C’est la vieille politique du colonialisme du 19ème siècle, remise à
jour en fonction néo-coloniale par la stratégie USA/Otan, qui a démoli
d’entiers Etats nationaux (Yougoslavie, Libye) et fractionné (ou tenté
de fractionner) certains autres (Irak, Syrie), pour contrôler leurs
territoires et leurs ressources.
La Libye possède quasiment 40% du pétrole africain, précieux pour sa
haute qualité et son faible coût d’extraction, et de grosses réserves de
gaz naturel, dont l’exploitation peut rapporter aujourd’hui aux
multinationales étasuniennes et européennes des profits bien plus élevés
que ceux qu’elles obtenaient de l’État libyen. De plus, en éliminant l’État national et en traitant séparément avec des groupes au pouvoir en
Tripolitaine et Cyrénaïque, elles peuvent obtenir la privatisation des
réserves énergétiques publiques et donc leur contrôle direct.
En plus de l’or noir, les multinationales étasuniennes et européennes
veulent s’approprier l’or blanc : l’immense réserve d’eau fossile de la
nappe phréatique nubienne, qui s’étend sous la Libye, l’Égypte, le
Soudan et le Tchad.
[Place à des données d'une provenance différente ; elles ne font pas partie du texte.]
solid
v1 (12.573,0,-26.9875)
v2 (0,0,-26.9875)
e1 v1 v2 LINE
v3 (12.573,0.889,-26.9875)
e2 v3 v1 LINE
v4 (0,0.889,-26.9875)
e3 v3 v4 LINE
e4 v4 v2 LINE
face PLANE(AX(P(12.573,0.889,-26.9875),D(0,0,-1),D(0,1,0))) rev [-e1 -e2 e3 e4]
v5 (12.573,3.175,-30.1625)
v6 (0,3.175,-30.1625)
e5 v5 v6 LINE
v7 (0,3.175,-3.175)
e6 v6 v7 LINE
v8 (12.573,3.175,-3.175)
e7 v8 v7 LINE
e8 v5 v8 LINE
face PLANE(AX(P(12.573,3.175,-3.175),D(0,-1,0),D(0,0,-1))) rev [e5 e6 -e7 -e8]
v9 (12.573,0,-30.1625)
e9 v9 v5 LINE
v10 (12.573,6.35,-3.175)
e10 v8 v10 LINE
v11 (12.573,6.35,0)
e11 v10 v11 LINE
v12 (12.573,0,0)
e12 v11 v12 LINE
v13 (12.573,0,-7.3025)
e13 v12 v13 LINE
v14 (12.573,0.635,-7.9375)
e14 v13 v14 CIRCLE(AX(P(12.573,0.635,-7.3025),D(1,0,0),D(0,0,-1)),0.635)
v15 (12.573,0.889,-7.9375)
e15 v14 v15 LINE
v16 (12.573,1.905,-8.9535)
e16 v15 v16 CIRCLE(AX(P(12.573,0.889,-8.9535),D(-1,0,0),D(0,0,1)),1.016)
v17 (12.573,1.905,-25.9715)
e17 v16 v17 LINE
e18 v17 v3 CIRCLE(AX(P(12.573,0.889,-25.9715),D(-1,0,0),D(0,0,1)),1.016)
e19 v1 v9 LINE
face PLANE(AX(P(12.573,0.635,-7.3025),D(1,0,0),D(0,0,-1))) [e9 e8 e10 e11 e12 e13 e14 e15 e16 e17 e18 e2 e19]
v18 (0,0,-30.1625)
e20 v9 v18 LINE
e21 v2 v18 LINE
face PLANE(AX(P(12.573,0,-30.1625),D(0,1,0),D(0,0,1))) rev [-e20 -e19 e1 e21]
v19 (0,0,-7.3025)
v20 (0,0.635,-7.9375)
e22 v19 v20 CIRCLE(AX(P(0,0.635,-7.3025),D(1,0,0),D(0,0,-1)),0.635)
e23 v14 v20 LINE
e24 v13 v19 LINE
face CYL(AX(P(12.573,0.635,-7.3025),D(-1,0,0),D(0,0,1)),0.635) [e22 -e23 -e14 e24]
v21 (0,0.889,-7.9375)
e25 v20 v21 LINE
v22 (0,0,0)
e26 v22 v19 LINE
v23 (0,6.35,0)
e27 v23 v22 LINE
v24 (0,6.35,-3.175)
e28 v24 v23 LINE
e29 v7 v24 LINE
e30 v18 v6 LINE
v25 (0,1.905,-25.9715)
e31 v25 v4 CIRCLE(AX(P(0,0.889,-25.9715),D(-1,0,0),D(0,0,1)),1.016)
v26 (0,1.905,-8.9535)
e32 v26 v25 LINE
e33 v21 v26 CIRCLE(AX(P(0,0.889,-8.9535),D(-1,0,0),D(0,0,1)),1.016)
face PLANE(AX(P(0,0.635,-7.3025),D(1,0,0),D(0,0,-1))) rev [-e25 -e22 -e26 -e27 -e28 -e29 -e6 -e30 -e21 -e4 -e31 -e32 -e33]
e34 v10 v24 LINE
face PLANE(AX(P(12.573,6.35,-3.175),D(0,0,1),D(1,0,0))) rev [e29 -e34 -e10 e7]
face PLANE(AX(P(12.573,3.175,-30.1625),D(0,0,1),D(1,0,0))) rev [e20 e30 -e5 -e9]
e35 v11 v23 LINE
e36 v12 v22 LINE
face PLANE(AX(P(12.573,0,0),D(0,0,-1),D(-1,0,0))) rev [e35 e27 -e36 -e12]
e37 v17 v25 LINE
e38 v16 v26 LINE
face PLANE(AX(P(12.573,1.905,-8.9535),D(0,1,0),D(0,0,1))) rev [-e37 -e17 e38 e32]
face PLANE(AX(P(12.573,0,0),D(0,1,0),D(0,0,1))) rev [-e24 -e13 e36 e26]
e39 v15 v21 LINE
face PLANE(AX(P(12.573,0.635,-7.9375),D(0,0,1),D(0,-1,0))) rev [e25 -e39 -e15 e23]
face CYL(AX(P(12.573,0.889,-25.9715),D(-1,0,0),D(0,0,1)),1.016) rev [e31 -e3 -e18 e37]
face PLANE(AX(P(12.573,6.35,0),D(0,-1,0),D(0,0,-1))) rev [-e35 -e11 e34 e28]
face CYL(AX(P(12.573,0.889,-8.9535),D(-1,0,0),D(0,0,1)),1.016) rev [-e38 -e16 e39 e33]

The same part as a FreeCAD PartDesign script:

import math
import FreeCAD as App
import Part
import Sketcher
Q = App.Units.Quantity

doc = App.newDocument("Part")
body = doc.addObject("PartDesign::Body", "Body")

sketch1 = doc.addObject("Sketcher::SketchObject", "Sketch")
body.addObject(sketch1)
sketch1.AttachmentSupport = (doc.YZ_Plane, [""])
sketch1.MapMode = "FlatFace"
sketch1.addGeometry(Part.LineSegment(App.Vector(6.35, 0, 0), App.Vector(0, 0, 0)), False)
sketch1.addGeometry(Part.LineSegment(App.Vector(0, 0, 0), App.Vector(0, -7.3, 0)), False)
sketch1.addGeometry(Part.ArcOfCircle(Part.Circle(App.Vector(0.64, -7.3, 0), App.Vector(0, 0, 1), 0.64), math.radians(180), math.radians(270)), False)
sketch1.addGeometry(Part.LineSegment(App.Vector(0.64, -7.94, 0), App.Vector(0.89, -7.94, 0)), False)
sketch1.addGeometry(Part.ArcOfCircle(Part.Circle(App.Vector(0.89, -8.95, 0), App.Vector(0, 0, 1), 1.02), math.radians(0), math.radians(90)), False)
sketch1.addGeometry(Part.LineSegment(App.Vector(1.91, -8.95, 0), App.Vector(1.91, -25.97, 0)), False)
sketch1.addGeometry(Part.ArcOfCircle(Part.Circle(App.Vector(0.89, -25.97, 0), App.Vector(0, 0, 1), 1.02), math.radians(-90), math.radians(0)), False)
sketch1.addGeometry(Part.LineSegment(App.Vector(0.89, -26.99, 0), App.Vector(0, -26.99, 0)), False)
sketch1.addGeometry(Part.LineSegment(App.Vector(0, -26.99, 0), App.Vector(0, -30.16, 0)), False)
sketch1.addGeometry(Part.LineSegment(App.Vector(0, -30.16, 0), App.Vector(3.17, -30.16, 0)), False)
sketch1.addGeometry(Part.LineSegment(App.Vector(3.17, -30.16, 0), App.Vector(3.17, -3.17, 0)), False)
sketch1.addGeometry(Part.LineSegment(App.Vector(3.17, -3.17, 0), App.Vector(6.35, -3.17, 0)), False)
sketch1.addGeometry(Part.LineSegment(App.Vector(6.35, -3.17, 0), App.Vector(6.35, 0, 0)), False)
sketch1.addConstraint(Sketcher.Constraint("Coincident", 0, 2, 1, 1))
sketch1.addConstraint(Sketcher.Constraint("Tangent", 1, 2, 2, 1))
sketch1.addConstraint(Sketcher.Constraint("Tangent", 2, 2, 3, 1))
sketch1.addConstraint(Sketcher.Constraint("Tangent", 3, 2, 4, 2))
sketch1.addConstraint(Sketcher.Constraint("Tangent", 4, 1, 5, 1))
sketch1.addConstraint(Sketcher.Constraint("Tangent", 5, 2, 6, 2))
sketch1.addConstraint(Sketcher.Constraint("Tangent", 6, 1, 7, 1))
sketch1.addConstraint(Sketcher.Constraint("Coincident", 7, 2, 8, 1))
sketch1.addConstraint(Sketcher.Constraint("Coincident", 8, 2, 9, 1))
sketch1.addConstraint(Sketcher.Constraint("Coincident", 9, 2, 10, 1))
sketch1.addConstraint(Sketcher.Constraint("Coincident", 10, 2, 11, 1))
sketch1.addConstraint(Sketcher.Constraint("Coincident", 11, 2, 12, 1))
sketch1.addConstraint(Sketcher.Constraint("Coincident", 12, 2, 0, 1))
sketch1.addConstraint(Sketcher.Constraint("Horizontal", 0))
sketch1.addConstraint(Sketcher.Constraint("Vertical", 1))
sketch1.addConstraint(Sketcher.Constraint("Horizontal", 3))
sketch1.addConstraint(Sketcher.Constraint("Vertical", 5))
sketch1.addConstraint(Sketcher.Constraint("Horizontal", 7))
sketch1.addConstraint(Sketcher.Constraint("Vertical", 8))
sketch1.addConstraint(Sketcher.Constraint("Horizontal", 9))
sketch1.addConstraint(Sketcher.Constraint("Vertical", 10))
sketch1.addConstraint(Sketcher.Constraint("Horizontal", 11))
sketch1.addConstraint(Sketcher.Constraint("Vertical", 12))
sketch1.addConstraint(Sketcher.Constraint("Coincident", 0, 2, -1, 1))
sketch1.addConstraint(Sketcher.Constraint("Equal", 4, 6))
sketch1.addConstraint(Sketcher.Constraint("PointOnObject", 7, 2, -2))
sketch1.addConstraint(Sketcher.Constraint("Equal", 9, 11))
sketch1.addConstraint(Sketcher.Constraint("Equal", 11, 8))
sketch1.addConstraint(Sketcher.Constraint("Equal", 8, 12))
sketch1.addConstraint(Sketcher.Constraint("Radius", 4, Q("0.04 in")))
sketch1.addConstraint(Sketcher.Constraint("Radius", 2, Q("0.025 in")))
sketch1.addConstraint(Sketcher.Constraint("DistanceX", 0, 2, 0, 1, Q("0.25 in")))
sketch1.addConstraint(Sketcher.Constraint("DistanceX", 3, 1, 3, 2, Q("0.01 in")))
sketch1.addConstraint(Sketcher.Constraint("DistanceY", 5, 2, 5, 1, Q("0.67 in")))
sketch1.addConstraint(Sketcher.Constraint("DistanceY", 10, 1, 10, 2, Q("1.0625 in")))
pad1 = doc.addObject("PartDesign::Pad", "Pad")
body.addObject(pad1)
pad1.Profile = sketch1
pad1.Length = Q("0.495 in")

doc.recompute()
Les possibilités qu’offre celle-ci avaient été
démontrées par l’État libyen, en construisant des aqueducs qui
transportaient de l’eau potable et pour l’irrigation, millions de mètres
cubes par jour extraits de 1300 puits dans le désert, sur 1600 Km
jusqu’aux villes côtières, rendant fertiles des terres désertiques. C'était l’œuvre de Kadhafi.
En débarquant en Libye sous le prétexte officiel de l’assister et de
la libérer de la présence de l’Isis (Daech), les USA et les plus grandes
puissances européennes peuvent aussi ré-ouvrir leurs bases militaires,
fermées par Kadhafi en 1970, dans une position géostratégique importante
à l’intersection entre Méditerranée, Afrique et Moyen-Orient.
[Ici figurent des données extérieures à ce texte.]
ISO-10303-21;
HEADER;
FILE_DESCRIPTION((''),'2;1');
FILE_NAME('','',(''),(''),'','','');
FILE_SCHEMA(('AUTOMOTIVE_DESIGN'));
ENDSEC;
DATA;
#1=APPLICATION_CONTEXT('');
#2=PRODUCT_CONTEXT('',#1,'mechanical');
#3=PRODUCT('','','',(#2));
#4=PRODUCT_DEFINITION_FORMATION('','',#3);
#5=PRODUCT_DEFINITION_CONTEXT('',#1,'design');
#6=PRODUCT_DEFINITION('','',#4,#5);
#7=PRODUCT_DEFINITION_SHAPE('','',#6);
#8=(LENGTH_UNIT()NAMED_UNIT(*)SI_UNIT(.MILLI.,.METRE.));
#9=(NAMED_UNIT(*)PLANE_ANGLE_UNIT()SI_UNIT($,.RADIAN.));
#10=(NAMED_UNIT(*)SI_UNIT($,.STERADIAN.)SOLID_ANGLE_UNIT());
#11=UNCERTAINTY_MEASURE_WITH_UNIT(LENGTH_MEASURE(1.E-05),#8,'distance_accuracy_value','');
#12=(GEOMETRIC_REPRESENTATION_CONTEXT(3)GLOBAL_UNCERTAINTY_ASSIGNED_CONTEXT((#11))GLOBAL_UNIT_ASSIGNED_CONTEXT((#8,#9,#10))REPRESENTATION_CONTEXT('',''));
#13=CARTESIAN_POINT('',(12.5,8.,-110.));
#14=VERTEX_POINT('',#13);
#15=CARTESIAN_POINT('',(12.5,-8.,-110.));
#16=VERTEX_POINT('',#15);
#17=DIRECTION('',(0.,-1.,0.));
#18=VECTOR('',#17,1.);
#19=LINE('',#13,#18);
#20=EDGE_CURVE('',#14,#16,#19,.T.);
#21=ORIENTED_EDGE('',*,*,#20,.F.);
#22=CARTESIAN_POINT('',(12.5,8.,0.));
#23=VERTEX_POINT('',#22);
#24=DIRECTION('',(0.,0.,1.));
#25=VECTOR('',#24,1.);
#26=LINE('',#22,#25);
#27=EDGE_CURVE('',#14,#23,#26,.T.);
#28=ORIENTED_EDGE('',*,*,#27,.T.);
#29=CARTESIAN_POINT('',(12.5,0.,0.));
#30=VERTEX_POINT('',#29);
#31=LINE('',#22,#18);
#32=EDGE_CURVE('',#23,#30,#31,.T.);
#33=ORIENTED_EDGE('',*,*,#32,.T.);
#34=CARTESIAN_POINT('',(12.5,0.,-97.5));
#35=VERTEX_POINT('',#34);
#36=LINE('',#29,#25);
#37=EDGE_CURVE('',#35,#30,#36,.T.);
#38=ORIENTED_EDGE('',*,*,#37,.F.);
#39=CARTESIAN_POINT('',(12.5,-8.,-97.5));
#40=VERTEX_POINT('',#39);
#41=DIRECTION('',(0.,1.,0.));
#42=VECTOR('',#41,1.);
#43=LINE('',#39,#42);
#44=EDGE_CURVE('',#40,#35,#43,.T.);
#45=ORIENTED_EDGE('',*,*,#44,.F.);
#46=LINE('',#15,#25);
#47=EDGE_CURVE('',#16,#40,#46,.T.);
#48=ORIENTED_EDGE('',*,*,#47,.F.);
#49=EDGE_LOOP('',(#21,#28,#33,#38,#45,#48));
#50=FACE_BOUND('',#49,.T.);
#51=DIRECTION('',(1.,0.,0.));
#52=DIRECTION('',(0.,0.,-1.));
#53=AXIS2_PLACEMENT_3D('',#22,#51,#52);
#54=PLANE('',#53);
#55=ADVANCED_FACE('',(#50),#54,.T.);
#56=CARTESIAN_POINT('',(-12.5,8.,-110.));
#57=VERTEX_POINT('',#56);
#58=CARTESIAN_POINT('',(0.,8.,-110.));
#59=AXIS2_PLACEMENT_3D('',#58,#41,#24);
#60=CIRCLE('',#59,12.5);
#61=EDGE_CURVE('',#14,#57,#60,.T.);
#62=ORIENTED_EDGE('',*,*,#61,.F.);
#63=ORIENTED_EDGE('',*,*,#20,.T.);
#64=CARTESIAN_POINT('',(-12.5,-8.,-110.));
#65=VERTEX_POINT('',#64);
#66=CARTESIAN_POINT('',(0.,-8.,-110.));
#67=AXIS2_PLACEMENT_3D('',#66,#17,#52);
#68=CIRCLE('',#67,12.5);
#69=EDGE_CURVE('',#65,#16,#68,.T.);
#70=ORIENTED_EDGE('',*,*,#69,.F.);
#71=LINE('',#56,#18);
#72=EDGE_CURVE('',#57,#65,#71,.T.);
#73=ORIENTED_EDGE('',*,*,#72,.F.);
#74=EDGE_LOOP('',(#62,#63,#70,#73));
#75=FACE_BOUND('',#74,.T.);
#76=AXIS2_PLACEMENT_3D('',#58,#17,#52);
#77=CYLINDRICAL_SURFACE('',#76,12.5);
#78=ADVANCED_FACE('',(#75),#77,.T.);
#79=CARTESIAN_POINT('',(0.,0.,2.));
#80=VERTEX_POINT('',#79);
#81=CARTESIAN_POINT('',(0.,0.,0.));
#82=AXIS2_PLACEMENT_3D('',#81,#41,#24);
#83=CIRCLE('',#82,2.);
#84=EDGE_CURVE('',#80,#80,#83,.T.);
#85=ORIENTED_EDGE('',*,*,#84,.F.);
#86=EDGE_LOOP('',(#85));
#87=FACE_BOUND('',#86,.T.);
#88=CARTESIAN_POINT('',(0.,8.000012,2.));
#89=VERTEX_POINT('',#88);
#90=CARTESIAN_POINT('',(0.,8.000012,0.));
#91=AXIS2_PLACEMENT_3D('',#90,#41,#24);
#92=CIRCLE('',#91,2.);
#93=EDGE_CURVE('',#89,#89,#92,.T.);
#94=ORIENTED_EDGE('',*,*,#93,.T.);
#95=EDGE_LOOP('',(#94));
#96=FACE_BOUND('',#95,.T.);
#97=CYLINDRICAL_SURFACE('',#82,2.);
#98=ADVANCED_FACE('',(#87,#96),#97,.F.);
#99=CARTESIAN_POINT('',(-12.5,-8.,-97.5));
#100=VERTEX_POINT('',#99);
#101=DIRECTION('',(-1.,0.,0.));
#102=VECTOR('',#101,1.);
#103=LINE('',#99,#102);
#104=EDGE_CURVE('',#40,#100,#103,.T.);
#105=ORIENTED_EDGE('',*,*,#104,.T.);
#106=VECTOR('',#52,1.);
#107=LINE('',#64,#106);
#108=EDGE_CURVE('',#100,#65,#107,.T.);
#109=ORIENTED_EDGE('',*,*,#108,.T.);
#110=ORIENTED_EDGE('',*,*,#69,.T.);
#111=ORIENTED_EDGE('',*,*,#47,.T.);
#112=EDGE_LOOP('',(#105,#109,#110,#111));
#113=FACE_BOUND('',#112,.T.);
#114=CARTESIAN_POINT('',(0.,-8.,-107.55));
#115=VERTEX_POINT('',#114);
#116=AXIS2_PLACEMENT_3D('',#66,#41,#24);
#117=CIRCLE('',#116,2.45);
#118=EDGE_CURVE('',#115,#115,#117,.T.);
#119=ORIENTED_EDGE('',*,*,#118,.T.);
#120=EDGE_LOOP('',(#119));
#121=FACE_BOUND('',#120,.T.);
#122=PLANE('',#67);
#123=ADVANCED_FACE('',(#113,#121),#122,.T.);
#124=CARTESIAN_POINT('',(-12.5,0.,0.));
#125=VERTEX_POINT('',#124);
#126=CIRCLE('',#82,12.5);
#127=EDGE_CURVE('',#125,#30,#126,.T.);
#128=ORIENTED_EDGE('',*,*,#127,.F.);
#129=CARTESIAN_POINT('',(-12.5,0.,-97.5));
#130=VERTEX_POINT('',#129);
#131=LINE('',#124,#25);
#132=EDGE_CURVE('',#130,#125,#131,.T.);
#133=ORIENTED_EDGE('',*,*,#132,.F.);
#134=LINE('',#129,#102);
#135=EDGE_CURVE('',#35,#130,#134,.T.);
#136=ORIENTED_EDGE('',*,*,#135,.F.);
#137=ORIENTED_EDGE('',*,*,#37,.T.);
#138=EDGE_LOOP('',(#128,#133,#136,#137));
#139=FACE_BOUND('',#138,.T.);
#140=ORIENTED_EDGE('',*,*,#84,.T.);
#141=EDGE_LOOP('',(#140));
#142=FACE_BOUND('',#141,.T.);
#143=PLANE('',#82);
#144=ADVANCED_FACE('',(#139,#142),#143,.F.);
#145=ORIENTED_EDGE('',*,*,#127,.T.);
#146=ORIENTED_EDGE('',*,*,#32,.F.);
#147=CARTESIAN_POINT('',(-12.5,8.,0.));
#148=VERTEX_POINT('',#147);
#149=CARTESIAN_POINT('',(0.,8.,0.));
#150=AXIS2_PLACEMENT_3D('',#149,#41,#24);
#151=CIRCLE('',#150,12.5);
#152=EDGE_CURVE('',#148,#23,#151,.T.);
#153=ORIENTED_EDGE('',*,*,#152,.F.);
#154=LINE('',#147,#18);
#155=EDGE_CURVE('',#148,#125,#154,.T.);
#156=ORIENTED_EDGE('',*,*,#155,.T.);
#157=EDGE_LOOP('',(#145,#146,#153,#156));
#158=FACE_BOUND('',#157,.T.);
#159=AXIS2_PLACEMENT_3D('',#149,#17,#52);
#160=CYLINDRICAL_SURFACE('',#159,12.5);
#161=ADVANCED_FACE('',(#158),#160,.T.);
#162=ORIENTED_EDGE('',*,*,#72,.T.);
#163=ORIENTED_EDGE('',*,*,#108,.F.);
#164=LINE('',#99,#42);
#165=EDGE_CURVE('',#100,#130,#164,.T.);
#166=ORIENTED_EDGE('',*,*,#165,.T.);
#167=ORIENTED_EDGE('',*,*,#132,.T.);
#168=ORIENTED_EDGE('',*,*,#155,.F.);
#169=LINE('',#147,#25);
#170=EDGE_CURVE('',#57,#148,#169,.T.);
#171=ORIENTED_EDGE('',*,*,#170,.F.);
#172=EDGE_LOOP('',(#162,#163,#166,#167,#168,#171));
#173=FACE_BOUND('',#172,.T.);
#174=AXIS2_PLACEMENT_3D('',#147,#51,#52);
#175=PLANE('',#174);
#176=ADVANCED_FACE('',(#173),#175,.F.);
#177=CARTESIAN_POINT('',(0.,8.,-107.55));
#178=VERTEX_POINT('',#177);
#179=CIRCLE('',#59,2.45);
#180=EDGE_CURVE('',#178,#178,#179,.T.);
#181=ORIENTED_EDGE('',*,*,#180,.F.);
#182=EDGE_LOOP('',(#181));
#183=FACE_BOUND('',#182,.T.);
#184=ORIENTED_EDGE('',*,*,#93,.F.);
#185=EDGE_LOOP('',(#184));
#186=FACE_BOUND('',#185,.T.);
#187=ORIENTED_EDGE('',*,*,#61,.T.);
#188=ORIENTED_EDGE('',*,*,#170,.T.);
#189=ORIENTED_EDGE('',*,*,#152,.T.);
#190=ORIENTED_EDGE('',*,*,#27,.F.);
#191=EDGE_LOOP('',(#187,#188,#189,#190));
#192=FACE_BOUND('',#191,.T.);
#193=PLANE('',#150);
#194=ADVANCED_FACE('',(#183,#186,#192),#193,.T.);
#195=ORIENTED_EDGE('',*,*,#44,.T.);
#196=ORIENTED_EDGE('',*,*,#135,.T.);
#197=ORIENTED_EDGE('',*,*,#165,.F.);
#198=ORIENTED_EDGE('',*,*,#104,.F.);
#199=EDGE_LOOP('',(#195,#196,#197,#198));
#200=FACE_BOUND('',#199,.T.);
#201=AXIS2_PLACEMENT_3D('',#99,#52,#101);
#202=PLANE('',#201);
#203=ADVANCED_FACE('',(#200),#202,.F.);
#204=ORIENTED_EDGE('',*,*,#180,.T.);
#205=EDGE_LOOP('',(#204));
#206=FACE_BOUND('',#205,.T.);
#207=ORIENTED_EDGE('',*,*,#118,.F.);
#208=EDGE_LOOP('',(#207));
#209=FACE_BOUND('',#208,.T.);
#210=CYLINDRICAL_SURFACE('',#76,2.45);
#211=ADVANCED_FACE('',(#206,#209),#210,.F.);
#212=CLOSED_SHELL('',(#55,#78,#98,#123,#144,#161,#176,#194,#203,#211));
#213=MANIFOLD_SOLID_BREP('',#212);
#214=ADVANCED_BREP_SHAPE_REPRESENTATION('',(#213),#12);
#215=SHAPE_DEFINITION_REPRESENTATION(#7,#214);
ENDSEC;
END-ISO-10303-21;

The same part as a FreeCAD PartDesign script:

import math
import FreeCAD as App
import Part
import Sketcher
from FreeCAD import Vector

doc = App.newDocument("Part")
body = doc.addObject("PartDesign::Body", "Body")

sketch1 = body.newObject("Sketcher::SketchObject", "Sketch")
sketch1.AttachmentSupport = (doc.getObject("XZ_Plane"), [""])
sketch1.MapMode = "FlatFace"
sketch1.addGeometry([
    Part.LineSegment(Vector(12.5, 0, 0), Vector(12.5, -110, 0)),
    Part.ArcOfCircle(Part.Circle(Vector(0, -110, 0), Vector(0, 0, 1), 12.5), math.radians(180), math.radians(360)),
    Part.LineSegment(Vector(-12.5, -110, 0), Vector(-12.5, 0, 0)),
    Part.ArcOfCircle(Part.Circle(Vector(0, 0, 0), Vector(0, 0, 1), 12.5), math.radians(0), math.radians(180)),
    Part.Circle(Vector(0, -110, 0), Vector(0, 0, 1), 2.5),
], False)
sketch1.addConstraint([
    Sketcher.Constraint("Tangent", 0, 2, 1, 2),
    Sketcher.Constraint("Tangent", 1, 1, 2, 1),
    Sketcher.Constraint("Tangent", 2, 2, 3, 2),
    Sketcher.Constraint("Tangent", 3, 1, 0, 1),
    Sketcher.Constraint("Vertical", 0),
    Sketcher.Constraint("Vertical", 2),
    Sketcher.Constraint("Coincident", 3, 3, -1, 1),
    Sketcher.Constraint("Coincident", 4, 3, 1, 3),
    Sketcher.Constraint("Diameter", 4, 4.9),
    Sketcher.Constraint("Radius", 1, 12.5),
    Sketcher.Constraint("DistanceY", 0, 2, 0, 1, 110.0),
])
pad1 = body.newObject("PartDesign::Pad", "Pad")
pad1.Profile = sketch1
pad1.Length = 8
pad1.Reversed = True

sketch2 = body.newObject("Sketcher::SketchObject", "Sketch001")
sketch2.AttachmentSupport = (doc.getObject("XZ_Plane"), [""])
sketch2.MapMode = "FlatFace"
sketch2.AttachmentOffset = App.Placement(Vector(0, 0, -8), App.Rotation())
sketch2.addGeometry(Part.Circle(Vector(0, 0, 0), Vector(0, 0, 1), 2), False)
sketch2.addConstraint([
    Sketcher.Constraint("Coincident", 0, 3, -1, 1),
    Sketcher.Constraint("Diameter", 0, 4.0),
])
pocket1 = body.newObject("PartDesign::Pocket", "Pocket")
pocket1.Profile = sketch2
pocket1.Type = "ThroughAll"
pocket1.Midplane = True

sketch3 = body.newObject("Sketcher::SketchObject", "Sketch002")
sketch3.AttachmentSupport = (doc.getObject("XZ_Plane"), [""])
sketch3.MapMode = "FlatFace"
sketch3.AttachmentOffset = App.Placement(Vector(0, 0, 8), App.Rotation())
sketch3.addGeometry([
    Part.LineSegment(Vector(12, -110, 0), Vector(12, -98, 0)),
    Part.LineSegment(Vector(12, -98, 0), Vector(-12, -98, 0)),
    Part.LineSegment(Vector(-12, -98, 0), Vector(-12, -110, 0)),
    Part.ArcOfCircle(Part.Circle(Vector(0, -110, 0), Vector(0, 0, 1), 12), math.radians(180), math.radians(360)),
], False)
sketch3.addConstraint([
    Sketcher.Constraint("Coincident", 0, 2, 1, 1),
    Sketcher.Constraint("Coincident", 1, 2, 2, 1),
    Sketcher.Constraint("Tangent", 2, 2, 3, 1),
    Sketcher.Constraint("Tangent", 3, 2, 0, 1),
    Sketcher.Constraint("Vertical", 0),
    Sketcher.Constraint("Horizontal", 1),
    Sketcher.Constraint("Vertical", 2),
    Sketcher.Constraint("PointOnObject", 3, 3, -2),
    Sketcher.Constraint("Radius", 3, 12.5),
    Sketcher.Constraint("DistanceY", 0, 1, 0, 2, 12.5),
    Sketcher.Constraint("DistanceY", 3, 3, -1, 1, 110.0),
])
pad2 = body.newObject("PartDesign::Pad", "Pad001")
pad2.Profile = sketch3
pad2.Length = 8
pad2.Reversed = True

sketch4 = body.newObject("Sketcher::SketchObject", "Sketch003")
sketch4.AttachmentSupport = (doc.getObject("XZ_Plane"), [""])
sketch4.MapMode = "FlatFace"
sketch4.AttachmentOffset = App.Placement(Vector(0, 0, -8), App.Rotation())
sketch4.addGeometry(Part.Circle(Vector(0, -110, 0), Vector(0, 0, 1), 2.5), False)
sketch4.addConstraint([
    Sketcher.Constraint("PointOnObject", 0, 3, -2),
    Sketcher.Constraint("Diameter", 0, 4.9),
    Sketcher.Constraint("DistanceY", 0, 3, -1, 1, 110.0),
])
pocket2 = body.newObject("PartDesign::Pocket", "Pocket001")
pocket2.Profile = sketch4
pocket2.Type = "ThroughAll"
pocket2.Midplane = True

doc.recompute()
Enfin, avec la « mission d’assistance à la Libye », les USA et les
plus grandes puissances européennes se partagent le butin de la plus
grande rapine du siècle : 150 milliards de dollars des fonds souverains
libyens confisqués en 2011, qui pourraient se quadrupler si l’export
énergétique libyen revenait aux niveaux précédents. Les fonds
souverains, investis à l’époque de Kadhafi pour créer une monnaie et des
organismes financiers autonomes pour l’Union Africaine (raison pour
laquelle il fut décider d’abattre Kadhafi, comme il résulte des courriels
de la Clinton), seront utilisés pour démanteler ce qui reste de l’État
libyen. État qui n’a « jamais existé » parce qu’en Libye il n’y avait
qu’une « multitude de tribus », déclare Giorgio Napolitano, persuadé
d’être au Sénat du Royaume d’Italie.
Manlio Dinucci
Édition de mardi 5 avril 2016 de il manifestohttp://ilmanifesto.info/i-predatori-della-libia/
Traduit de l’italien par Marie-Ange Patrizio
[1] Paolo Scaroni est un des plus grands aficionados italiens
du Groupe Bilderberg. Artisan au cours de ses deux mandats à la tête de
l’ENI de sa privatisation (partielle pour le moment), il est en 2011 au
troisième rang des managers de sociétés italiennes cotées en bourse
avec un salaire annuel de 6,4 millions d’euros. Voir Le Groupe Bilderberg, de Domenico Moro, Editions Delga, 2014, p. 180, 201, 203 et 205. NdT.